The task — Of all the entries below, only the lines from the one with "35.56), (0, 0, 1)))" up to and including the one with "Rebuilt in FreeCAD, every" are to be duplicated exactly.

Given data —
--

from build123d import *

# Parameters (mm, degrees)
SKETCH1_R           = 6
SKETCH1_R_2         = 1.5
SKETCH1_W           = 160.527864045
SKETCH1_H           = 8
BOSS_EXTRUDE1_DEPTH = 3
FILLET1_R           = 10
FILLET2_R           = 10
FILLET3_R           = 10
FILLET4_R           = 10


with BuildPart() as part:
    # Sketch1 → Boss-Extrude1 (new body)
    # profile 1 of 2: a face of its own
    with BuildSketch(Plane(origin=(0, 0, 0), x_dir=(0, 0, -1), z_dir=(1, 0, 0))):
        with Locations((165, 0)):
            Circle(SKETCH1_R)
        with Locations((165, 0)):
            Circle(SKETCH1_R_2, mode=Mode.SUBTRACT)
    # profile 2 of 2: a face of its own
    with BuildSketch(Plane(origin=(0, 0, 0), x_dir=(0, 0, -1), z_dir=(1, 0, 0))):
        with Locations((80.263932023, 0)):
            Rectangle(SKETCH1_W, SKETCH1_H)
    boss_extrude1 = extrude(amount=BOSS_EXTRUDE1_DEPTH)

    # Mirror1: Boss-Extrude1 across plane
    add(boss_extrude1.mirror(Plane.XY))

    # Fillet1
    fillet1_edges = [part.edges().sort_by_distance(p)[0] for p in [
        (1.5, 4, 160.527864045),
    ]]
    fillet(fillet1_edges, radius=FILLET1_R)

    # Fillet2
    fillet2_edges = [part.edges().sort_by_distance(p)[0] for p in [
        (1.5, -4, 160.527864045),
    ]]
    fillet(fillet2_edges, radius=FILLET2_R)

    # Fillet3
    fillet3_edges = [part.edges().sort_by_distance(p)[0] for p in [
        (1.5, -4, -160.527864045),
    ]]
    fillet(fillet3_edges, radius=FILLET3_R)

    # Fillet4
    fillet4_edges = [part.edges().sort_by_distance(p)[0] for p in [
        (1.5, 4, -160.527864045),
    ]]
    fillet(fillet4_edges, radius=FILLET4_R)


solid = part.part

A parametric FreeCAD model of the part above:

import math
import FreeCAD as App
import Part
import Sketcher


def edges_at(feature, points):
    """Names of the edges that pass closest to the given points."""
    edges = feature.Shape.Edges
    near = lambda p: min(range(len(edges)), key=lambda i: edges[i].distToShape(Part.Vertex(*p))[0])
    return sorted({f"Edge{near(p) + 1}" for p in points})

doc = App.newDocument("Part")
body = doc.addObject("PartDesign::Body", "Body")

# Sketch on YZ plane
sketch1 = body.newObject("Sketcher::SketchObject", "Sketch")
sketch1.AttachmentSupport = (doc.getObject("YZ_Plane"), [""])
sketch1.MapMode = "FlatFace"
sketch1.addGeometry([
    Part.ArcOfCircle(Part.Circle(App.Vector(0, -165, 0), App.Vector(0, 0, 1), 6), math.radians(132), math.radians(408)),  # 0
    Part.LineSegment(App.Vector(4, -160.5, 0), App.Vector(4, 0, 0)),  # 1
    Part.LineSegment(App.Vector(4, 0, 0), App.Vector(-4, 0, 0)),  # 2
    Part.LineSegment(App.Vector(-4, 0, 0), App.Vector(-4, -160.5, 0)),  # 3
    Part.Circle(App.Vector(0, -165, 0), App.Vector(0, 0, 1), 1.5),  # 4
], False)
sketch1.addConstraint([
    Sketcher.Constraint("Coincident", 0, 2, 1, 1),
    Sketcher.Constraint("Coincident", 1, 2, 2, 1),
    Sketcher.Constraint("Coincident", 2, 2, 3, 1),
    Sketcher.Constraint("Coincident", 3, 2, 0, 1),
    Sketcher.Constraint("Vertical", 1),
    Sketcher.Constraint("Horizontal", 2),
    Sketcher.Constraint("Vertical", 3),
    Sketcher.Constraint("Coincident", 4, 3, 0, 3),
    Sketcher.Constraint("Symmetric", 1, 2, 2, 2, -1, 1),
    Sketcher.Constraint("PointOnObject", 0, 3, -2),
    Sketcher.Constraint("Diameter", 4, 3.0),
    Sketcher.Constraint("Radius", 0, 6.0),
    Sketcher.Constraint("DistanceX", 2, 2, 2, 1, 8.0),
    Sketcher.Constraint("DistanceY", 0, 3, -1, 1, 165.0),
])
pad1 = body.newObject("PartDesign::Pad", "Pad")
pad1.Profile = sketch1
pad1.Length = 3
doc.recompute()

mirrored = body.newObject("PartDesign::Mirrored", "Mirrored")
mirrored.Originals = [pad1]
mirrored.MirrorPlane = (doc.getObject("XY_Plane"), [""])
body.Tip = mirrored
doc.recompute()

fillet = body.newObject("PartDesign::Fillet", "Fillet")
fillet.Base = (mirrored, edges_at(mirrored, [(1.5, 4, 160.528)]))
fillet.Radius = 10
doc.recompute()

fillet2 = body.newObject("PartDesign::Fillet", "Fillet001")
fillet2.Base = (fillet, edges_at(fillet, [(1.5, -4, 160.528)]))
fillet2.Radius = 10
doc.recompute()

fillet3 = body.newObject("PartDesign::Fillet", "Fillet002")
fillet3.Base = (fillet2, edges_at(fillet2, [(1.5, -4, -160.528)]))
fillet3.Radius = 10
doc.recompute()

fillet4 = body.newObject("PartDesign::Fillet", "Fillet003")
fillet4.Base = (fillet3, edges_at(fillet3, [(1.5, 4, -160.528)]))
fillet4.Radius = 10

doc.recompute()
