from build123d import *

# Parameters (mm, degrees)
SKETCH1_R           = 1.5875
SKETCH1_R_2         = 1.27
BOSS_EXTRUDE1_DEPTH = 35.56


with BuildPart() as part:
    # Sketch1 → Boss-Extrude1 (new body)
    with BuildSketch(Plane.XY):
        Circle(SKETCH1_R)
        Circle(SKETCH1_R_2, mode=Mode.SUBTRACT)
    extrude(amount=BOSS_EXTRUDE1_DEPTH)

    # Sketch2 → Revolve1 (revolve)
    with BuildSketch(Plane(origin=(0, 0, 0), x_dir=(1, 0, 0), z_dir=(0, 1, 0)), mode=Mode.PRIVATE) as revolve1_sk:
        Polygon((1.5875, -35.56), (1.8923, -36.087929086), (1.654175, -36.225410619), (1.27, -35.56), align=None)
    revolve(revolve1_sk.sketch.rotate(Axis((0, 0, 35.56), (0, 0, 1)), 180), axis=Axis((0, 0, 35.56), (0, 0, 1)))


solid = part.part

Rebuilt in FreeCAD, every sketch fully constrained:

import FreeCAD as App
import Part
import Sketcher

V = App.Vector
Q = App.Units.Quantity

doc = App.newDocument("Part")
body = doc.addObject("PartDesign::Body", "Body")

# Sketch on XY plane
sketch1 = doc.addObject("Sketcher::SketchObject", "Sketch")
body.addObject(sketch1)
sketch1.AttachmentSupport = (doc.XY_Plane, [""])
sketch1.MapMode = "FlatFace"
sketch1.addGeometry([
    Part.Circle(V(0, 0, 0), V(0, 0, 1), 1.6),
    Part.Circle(V(0, 0, 0), V(0, 0, 1), 1.3),
], False)
sketch1.addConstraint([
    Sketcher.Constraint("Coincident", 0, 3, -1, 1),
    Sketcher.Constraint("Coincident", 1, 3, -1, 1),
    Sketcher.Constraint("Diameter", 1, Q("0.1 in")),
    Sketcher.Constraint("Diameter", 0, Q("0.125 in")),
])
pad1 = doc.addObject("PartDesign::Pad", "Pad")
body.addObject(pad1)
pad1.Profile = sketch1
pad1.Length = Q("1.4 in")

# Sketch on XZ plane
sketch2 = doc.addObject("Sketcher::SketchObject", "Sketch001")
body.addObject(sketch2)
sketch2.AttachmentSupport = (doc.XZ_Plane, [""])
sketch2.MapMode = "FlatFace"
sketch2.addGeometry([
    Part.LineSegment(V(1.89, 36.09, 0), V(1.59, 35.56, 0)),
    Part.LineSegment(V(1.59, 35.56, 0), V(1.27, 35.56, 0)),
    Part.LineSegment(V(1.27, 35.56, 0), V(1.65, 36.23, 0)),
    Part.LineSegment(V(1.65, 36.23, 0), V(1.89, 36.09, 0)),
], False)
sketch2.addConstraint([
    Sketcher.Constraint("Coincident", 0, 2, 1, 1),
    Sketcher.Constraint("Coincident", 1, 2, 2, 1),
    Sketcher.Constraint("Coincident", 2, 2, 3, 1),
    Sketcher.Constraint("Coincident", 3, 2, 0, 1),
    Sketcher.Constraint("Horizontal", 1),
    Sketcher.Constraint("Parallel", 0, 2),
    Sketcher.Constraint("Perpendicular", 2, 3),
    Sketcher.Constraint("Angle", 0, Q("-120 deg")),
    Sketcher.Constraint("DistanceY", -1, 1, 0, 2, Q("1.4 in")),
    Sketcher.Constraint("DistanceX", -1, 1, 1, 2, Q("0.05 in")),
    Sketcher.Constraint("Distance", 0, Q("0.024 in")),
    Sketcher.Constraint("DistanceX", 1, 2, 1, 1, Q("0.0125 in")),
])
revolution = doc.addObject("PartDesign::Revolution", "Revolution")
body.addObject(revolution)
revolution.Profile = sketch2
revolution.ReferenceAxis = (sketch2, ["V_Axis"])
revolution.Angle = 360

doc.recompute()
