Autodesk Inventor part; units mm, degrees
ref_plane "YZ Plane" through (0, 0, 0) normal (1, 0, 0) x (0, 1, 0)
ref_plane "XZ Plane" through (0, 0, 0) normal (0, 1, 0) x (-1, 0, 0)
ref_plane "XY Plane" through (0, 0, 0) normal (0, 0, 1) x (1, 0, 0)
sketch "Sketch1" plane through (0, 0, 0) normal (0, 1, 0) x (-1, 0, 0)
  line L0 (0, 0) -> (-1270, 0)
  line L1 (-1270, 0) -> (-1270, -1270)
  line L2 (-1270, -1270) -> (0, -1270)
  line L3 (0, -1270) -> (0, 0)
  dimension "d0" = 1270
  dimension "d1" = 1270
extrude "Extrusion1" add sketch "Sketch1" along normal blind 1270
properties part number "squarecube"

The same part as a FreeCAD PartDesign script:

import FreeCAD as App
import Part
import Sketcher
Q = App.Units.Quantity


def add_polygon(sketch, points):
    """Adds a closed chain of lines whose ends are joined by coincident constraints."""
    first, n = sketch.GeometryCount, len(points)
    for a, b in zip(points, points[1:] + points[:1]):
        sketch.addGeometry(Part.LineSegment(App.Vector(*a, 0), App.Vector(*b, 0)), False)
    for i in range(n):
        sketch.addConstraint(Sketcher.Constraint("Coincident", first + i, 2, first + (i + 1) % n, 1))

doc = App.newDocument("Part")
body = doc.addObject("PartDesign::Body", "Body")

sketch1 = doc.addObject("Sketcher::SketchObject", "Sketch")
body.addObject(sketch1)
sketch1.AttachmentSupport = (doc.XZ_Plane, [""])
sketch1.MapMode = "FlatFace"
add_polygon(sketch1, [(0, -1270), (0, 0), (1270, 0), (1270, -1270)])
sketch1.addConstraint([
    Sketcher.Constraint("Vertical", 0),
    Sketcher.Constraint("Horizontal", 1),
    Sketcher.Constraint("Vertical", 2),
    Sketcher.Constraint("Horizontal", 3),
    Sketcher.Constraint("Coincident", 0, 2, -1, 1),
    Sketcher.Constraint("Equal", 3, 0),
    Sketcher.Constraint("DistanceX", 1, 1, 1, 2, Q("50 in")),
])
pad1 = doc.addObject("PartDesign::Pad", "Pad")
body.addObject(pad1)
pad1.Profile = sketch1
pad1.Length = Q("50 in")
pad1.Reversed = True

doc.recompute()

--

Result —
    revolve(revolve1_sk.sketch.rotate(Axis((0, 0, 35.56), (0, 0, 1)), 180), axis=Axis((0, 0, 35.56), (0, 0, 1)))


solid = part.part

Rebuilt in FreeCAD, every sketch fully constrained:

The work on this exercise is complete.